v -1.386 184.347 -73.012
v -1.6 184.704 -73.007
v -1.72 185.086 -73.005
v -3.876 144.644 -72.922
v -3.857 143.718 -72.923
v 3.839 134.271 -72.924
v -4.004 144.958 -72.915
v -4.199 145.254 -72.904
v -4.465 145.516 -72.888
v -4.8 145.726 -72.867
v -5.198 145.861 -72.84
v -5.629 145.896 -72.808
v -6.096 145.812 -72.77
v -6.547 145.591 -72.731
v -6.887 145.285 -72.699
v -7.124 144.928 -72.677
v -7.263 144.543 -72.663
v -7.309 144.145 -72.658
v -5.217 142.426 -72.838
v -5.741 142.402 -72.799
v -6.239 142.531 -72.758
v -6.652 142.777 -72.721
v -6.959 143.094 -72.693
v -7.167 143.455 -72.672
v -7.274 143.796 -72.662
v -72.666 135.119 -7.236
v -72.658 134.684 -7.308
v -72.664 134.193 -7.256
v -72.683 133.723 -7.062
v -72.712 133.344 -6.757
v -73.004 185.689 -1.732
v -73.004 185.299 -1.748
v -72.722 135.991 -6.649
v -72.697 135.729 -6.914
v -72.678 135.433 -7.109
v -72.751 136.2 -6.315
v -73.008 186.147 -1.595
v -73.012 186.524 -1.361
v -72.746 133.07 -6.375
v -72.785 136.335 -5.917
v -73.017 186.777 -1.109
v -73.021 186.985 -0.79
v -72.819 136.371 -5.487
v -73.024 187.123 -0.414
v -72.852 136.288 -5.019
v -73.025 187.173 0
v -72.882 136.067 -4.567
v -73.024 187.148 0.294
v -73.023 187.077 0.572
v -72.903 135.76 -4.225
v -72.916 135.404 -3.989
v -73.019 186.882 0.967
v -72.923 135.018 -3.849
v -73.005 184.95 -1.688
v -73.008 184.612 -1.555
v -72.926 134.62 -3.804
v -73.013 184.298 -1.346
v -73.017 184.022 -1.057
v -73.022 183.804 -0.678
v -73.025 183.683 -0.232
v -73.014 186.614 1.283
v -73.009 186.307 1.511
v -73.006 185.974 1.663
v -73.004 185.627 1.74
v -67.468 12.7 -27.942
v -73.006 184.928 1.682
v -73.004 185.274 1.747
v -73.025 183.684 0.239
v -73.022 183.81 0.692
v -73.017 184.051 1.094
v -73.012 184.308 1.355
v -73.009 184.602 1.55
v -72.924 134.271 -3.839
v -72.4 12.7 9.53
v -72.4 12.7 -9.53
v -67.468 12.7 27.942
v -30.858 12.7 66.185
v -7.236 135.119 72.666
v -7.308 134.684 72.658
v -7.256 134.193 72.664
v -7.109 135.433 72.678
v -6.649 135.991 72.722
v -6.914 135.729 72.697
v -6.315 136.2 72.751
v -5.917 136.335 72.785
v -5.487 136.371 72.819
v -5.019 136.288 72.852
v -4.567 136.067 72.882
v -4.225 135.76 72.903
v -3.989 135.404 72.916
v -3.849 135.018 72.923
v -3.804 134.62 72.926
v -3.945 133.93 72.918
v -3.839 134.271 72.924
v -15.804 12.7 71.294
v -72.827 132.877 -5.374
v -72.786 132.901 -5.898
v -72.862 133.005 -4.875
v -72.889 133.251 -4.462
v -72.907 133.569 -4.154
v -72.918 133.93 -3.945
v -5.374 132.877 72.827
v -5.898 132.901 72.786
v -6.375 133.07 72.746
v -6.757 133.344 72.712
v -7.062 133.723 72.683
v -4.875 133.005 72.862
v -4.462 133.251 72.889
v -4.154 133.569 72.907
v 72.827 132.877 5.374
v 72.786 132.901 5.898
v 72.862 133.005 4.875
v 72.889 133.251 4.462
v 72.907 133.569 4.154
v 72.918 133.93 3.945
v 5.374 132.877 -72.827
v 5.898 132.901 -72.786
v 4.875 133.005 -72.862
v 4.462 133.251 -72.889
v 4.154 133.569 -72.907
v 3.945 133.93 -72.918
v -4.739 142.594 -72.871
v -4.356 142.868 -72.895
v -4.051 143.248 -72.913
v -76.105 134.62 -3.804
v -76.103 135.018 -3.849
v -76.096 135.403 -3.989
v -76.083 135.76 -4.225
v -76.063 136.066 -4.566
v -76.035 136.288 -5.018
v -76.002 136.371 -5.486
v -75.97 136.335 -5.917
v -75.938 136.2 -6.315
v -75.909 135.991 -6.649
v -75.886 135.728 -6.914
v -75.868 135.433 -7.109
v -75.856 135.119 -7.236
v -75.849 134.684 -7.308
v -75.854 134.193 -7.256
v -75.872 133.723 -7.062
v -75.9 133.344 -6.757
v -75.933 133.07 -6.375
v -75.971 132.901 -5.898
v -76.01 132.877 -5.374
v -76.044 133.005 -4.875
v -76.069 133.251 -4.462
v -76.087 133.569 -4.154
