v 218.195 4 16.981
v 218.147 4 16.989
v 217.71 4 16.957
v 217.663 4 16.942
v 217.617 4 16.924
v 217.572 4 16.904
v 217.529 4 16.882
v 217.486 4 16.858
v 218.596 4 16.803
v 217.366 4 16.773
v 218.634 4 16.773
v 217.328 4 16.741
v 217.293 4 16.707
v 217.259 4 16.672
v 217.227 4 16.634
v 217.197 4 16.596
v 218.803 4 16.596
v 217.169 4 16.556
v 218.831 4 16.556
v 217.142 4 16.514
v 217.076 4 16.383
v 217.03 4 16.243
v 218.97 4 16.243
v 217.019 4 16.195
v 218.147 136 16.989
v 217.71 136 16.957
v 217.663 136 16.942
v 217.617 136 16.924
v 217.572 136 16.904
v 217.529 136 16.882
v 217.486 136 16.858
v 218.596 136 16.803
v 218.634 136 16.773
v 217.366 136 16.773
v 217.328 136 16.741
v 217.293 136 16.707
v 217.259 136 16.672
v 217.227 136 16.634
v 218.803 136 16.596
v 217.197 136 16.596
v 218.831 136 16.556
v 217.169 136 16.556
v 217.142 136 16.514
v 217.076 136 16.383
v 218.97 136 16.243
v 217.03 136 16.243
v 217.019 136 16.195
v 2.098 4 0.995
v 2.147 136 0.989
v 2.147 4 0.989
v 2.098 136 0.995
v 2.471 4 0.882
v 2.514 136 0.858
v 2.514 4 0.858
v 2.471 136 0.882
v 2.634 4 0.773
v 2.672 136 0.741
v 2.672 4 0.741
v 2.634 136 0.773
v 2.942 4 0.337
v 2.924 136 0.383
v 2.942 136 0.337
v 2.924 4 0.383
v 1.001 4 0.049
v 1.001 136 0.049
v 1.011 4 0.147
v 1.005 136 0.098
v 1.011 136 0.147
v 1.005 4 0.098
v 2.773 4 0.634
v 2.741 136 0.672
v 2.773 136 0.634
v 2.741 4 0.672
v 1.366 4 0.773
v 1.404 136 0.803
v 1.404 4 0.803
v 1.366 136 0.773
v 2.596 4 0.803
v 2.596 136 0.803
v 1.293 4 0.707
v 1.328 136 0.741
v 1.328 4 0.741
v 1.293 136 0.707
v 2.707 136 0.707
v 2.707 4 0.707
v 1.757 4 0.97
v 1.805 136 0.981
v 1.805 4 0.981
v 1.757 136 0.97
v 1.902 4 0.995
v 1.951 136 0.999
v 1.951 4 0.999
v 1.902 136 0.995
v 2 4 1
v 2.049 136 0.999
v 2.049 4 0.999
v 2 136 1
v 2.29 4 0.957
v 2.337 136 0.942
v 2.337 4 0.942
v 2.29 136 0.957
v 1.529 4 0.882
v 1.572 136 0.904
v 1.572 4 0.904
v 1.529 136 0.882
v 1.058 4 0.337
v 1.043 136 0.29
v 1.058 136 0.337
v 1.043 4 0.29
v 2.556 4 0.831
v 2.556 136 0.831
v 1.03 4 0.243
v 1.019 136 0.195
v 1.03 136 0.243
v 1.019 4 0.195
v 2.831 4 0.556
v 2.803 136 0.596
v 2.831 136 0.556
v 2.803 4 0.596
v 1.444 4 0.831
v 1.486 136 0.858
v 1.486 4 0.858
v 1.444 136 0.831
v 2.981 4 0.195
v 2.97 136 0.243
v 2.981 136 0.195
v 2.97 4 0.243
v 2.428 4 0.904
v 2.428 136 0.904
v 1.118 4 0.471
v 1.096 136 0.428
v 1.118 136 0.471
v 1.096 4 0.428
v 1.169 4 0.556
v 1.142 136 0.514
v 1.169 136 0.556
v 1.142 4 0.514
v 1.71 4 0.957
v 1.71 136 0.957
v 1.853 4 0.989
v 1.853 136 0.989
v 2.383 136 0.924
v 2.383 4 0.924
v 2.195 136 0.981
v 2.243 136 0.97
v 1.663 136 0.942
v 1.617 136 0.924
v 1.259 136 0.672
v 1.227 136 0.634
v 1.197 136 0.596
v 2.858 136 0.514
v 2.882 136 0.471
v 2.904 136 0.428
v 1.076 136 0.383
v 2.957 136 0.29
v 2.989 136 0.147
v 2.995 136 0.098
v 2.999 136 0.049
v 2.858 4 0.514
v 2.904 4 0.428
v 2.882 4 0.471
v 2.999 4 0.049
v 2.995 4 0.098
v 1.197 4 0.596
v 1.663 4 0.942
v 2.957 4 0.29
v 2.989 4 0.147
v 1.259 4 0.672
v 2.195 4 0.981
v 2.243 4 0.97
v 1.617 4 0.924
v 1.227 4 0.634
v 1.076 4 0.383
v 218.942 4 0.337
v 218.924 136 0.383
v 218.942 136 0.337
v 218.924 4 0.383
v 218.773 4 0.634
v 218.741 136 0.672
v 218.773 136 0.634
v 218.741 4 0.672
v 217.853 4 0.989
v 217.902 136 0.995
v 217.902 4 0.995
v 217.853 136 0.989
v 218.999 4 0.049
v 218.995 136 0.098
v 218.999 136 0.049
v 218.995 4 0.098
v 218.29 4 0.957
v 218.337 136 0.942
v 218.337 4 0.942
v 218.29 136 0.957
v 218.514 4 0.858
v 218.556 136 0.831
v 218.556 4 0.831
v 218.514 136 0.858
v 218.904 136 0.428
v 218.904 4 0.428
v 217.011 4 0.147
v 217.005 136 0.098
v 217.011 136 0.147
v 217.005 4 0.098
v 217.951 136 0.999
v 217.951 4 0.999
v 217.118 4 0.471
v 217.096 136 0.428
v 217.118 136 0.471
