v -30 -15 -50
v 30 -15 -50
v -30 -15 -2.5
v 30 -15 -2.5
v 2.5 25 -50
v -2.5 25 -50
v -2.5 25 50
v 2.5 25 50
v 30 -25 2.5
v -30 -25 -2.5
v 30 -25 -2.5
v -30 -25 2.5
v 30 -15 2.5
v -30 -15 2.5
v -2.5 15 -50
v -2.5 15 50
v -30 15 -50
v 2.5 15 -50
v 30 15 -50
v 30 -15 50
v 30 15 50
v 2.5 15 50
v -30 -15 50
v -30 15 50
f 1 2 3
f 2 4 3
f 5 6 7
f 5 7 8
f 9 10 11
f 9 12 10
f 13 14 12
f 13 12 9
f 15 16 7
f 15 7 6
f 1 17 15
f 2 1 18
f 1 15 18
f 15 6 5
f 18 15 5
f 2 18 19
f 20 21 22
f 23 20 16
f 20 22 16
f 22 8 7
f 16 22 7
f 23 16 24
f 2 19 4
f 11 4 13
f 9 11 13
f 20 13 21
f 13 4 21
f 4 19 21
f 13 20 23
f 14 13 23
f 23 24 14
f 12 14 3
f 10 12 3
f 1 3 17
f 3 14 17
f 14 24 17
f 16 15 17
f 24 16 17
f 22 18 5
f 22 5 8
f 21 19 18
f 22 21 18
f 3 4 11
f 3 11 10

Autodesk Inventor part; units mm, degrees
ref_plane "YZ Plane" through (0, 0, 0) normal (1, 0, 0) x (0, 1, 0)
ref_plane "XZ Plane" through (0, 0, 0) normal (0, 1, 0) x (-1, 0, 0)
ref_plane "XY Plane" through (0, 0, 0) normal (0, 0, 1) x (1, 0, 0)
sketch "草图3" plane through (0, 0, 0) normal (0, 1, 0) x (-1, 0, 0)
  line L0 (-30, 50) -> (30, 50)
  line L1 (30, 50) -> (30, -50)
  line L2 (30, -50) -> (-30, -50)
  line L3 (-30, -50) -> (-30, 50)
  line L4 (-30, 50) -> (30, -50) construction
  line L5 (30, 50) -> (-30, -50) construction
  point P0 (0, 0)
  dimension "d21" = 60
  dimension "d22" = 100
extrude "拉伸3" add sketch "草图3" against normal mid plane 30
sketch "草图4" plane through (0, 15, 0) normal (0, 1, 0) x (1, 0, 0)
  line L0 (-30, -50) -> (-2.5, -50)
  line L1 (30, -50) -> (-30, -50) projected
  line L2 (-2.5, -50) -> (-2.5, 50)
  line L3 (-2.5, 50) -> (2.5, 50)
  line L4 (-30, 50) -> (30, 50) projected
  line L5 (2.5, 50) -> (2.5, -50)
  line L6 (2.5, -50) -> (-2.5, -50)
  point P0 (0, 0)
  point P1 (2.5, -50)
  dimension "d25" = 27.5
  dimension "d31" = 5
extrude "拉伸4" add sketch "草图4" along normal blind 10
sketch "草图5" plane through (0, -15, 0) normal (0, -1, 0) x (1, 0, 0)
  line L0 (30, 50) -> (30, -50) projected
  line L1 (-30, 2.5) -> (30, 2.5)
  line L2 (30, 2.5) -> (30, -2.5)
  line L3 (30, -2.5) -> (-30, -2.5)
  line L4 (-30, -2.5) -> (-30, 2.5)
  line L5 (-30, 2.5) -> (30, -2.5) construction
  line L6 (30, 2.5) -> (-30, -2.5) construction
  point P0 (0, 0)
  dimension "d28" = 5
extrude "拉伸5" add sketch "草图5" along normal blind 10
properties part number "水平滑盖"
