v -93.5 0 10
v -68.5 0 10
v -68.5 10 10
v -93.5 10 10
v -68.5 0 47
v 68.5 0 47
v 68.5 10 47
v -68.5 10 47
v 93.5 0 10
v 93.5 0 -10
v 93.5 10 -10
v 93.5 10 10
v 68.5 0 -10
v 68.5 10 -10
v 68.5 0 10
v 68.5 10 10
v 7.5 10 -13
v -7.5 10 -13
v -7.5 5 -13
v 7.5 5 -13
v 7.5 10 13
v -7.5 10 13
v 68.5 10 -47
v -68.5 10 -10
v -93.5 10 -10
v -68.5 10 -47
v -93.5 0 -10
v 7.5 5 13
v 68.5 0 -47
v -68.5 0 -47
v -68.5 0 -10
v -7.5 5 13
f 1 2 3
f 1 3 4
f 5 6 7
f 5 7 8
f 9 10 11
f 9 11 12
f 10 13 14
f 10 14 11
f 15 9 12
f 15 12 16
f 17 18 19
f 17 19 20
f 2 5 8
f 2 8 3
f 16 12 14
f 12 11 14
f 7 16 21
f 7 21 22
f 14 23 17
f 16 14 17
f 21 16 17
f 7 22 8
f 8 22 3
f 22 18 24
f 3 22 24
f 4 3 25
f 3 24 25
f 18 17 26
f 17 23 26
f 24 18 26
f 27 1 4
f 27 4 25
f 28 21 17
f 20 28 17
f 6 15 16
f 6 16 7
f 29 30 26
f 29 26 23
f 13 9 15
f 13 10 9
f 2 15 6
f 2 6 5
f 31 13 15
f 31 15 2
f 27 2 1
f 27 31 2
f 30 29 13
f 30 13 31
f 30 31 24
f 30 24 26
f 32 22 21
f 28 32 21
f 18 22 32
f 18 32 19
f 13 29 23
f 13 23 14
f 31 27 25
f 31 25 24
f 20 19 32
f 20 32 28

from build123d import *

# Parameters (mm, degrees)
SALIENTE_EXTRUIR1_DEPTH = 10
CROQUIS3_W              = 15
CROQUIS3_H              = 26
CORTAR_EXTRUIR3_DEPTH   = 5


with BuildPart() as part:
    # Croquis1 → Saliente-Extruir1 (new body)
    with BuildSketch(Plane(origin=(0, 0, 0), x_dir=(1, 0, 0), z_dir=(0, 1, 0))):
        Polygon((93.5, -10), (68.5, -10), (68.5, -47), (-68.5, -47), (-68.5, -10), (-93.5, -10), (-93.5, 10), (-68.5, 10), (-68.5, 47), (68.5, 47), (68.5, 10), (93.5, 10), align=None)
    extrude(amount=SALIENTE_EXTRUIR1_DEPTH)

    # Croquis3 → Cortar-Extruir3 (cut)
    with BuildSketch(Plane(origin=(0, 10, 0), x_dir=(1, 0, 0), z_dir=(0, 1, 0))):
        Rectangle(CROQUIS3_W, CROQUIS3_H)
    extrude(amount=-CORTAR_EXTRUIR3_DEPTH, mode=Mode.SUBTRACT)


solid = part.part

**Instructions to follow:** Output the lines of the records above exactly as they appear, from the line containing "v 2.803 136 0.596" through the line containing "v 2.995 136 0.098".

**Output for this exercise:**
v 2.803 136 0.596
v 2.831 136 0.556
v 2.803 4 0.596
v 1.444 4 0.831
v 1.486 136 0.858
v 1.486 4 0.858
v 1.444 136 0.831
v 2.981 4 0.195
v 2.97 136 0.243
v 2.981 136 0.195
v 2.97 4 0.243
v 2.428 4 0.904
v 2.428 136 0.904
v 1.118 4 0.471
v 1.096 136 0.428
v 1.118 136 0.471
v 1.096 4 0.428
v 1.169 4 0.556
v 1.142 136 0.514
v 1.169 136 0.556
v 1.142 4 0.514
v 1.71 4 0.957
v 1.71 136 0.957
v 1.853 4 0.989
v 1.853 136 0.989
v 2.383 136 0.924
v 2.383 4 0.924
v 2.195 136 0.981
v 2.243 136 0.97
v 1.663 136 0.942
v 1.617 136 0.924
v 1.259 136 0.672
v 1.227 136 0.634
v 1.197 136 0.596
v 2.858 136 0.514
v 2.882 136 0.471
v 2.904 136 0.428
v 1.076 136 0.383
v 2.957 136 0.29
v 2.989 136 0.147
v 2.995 136 0.098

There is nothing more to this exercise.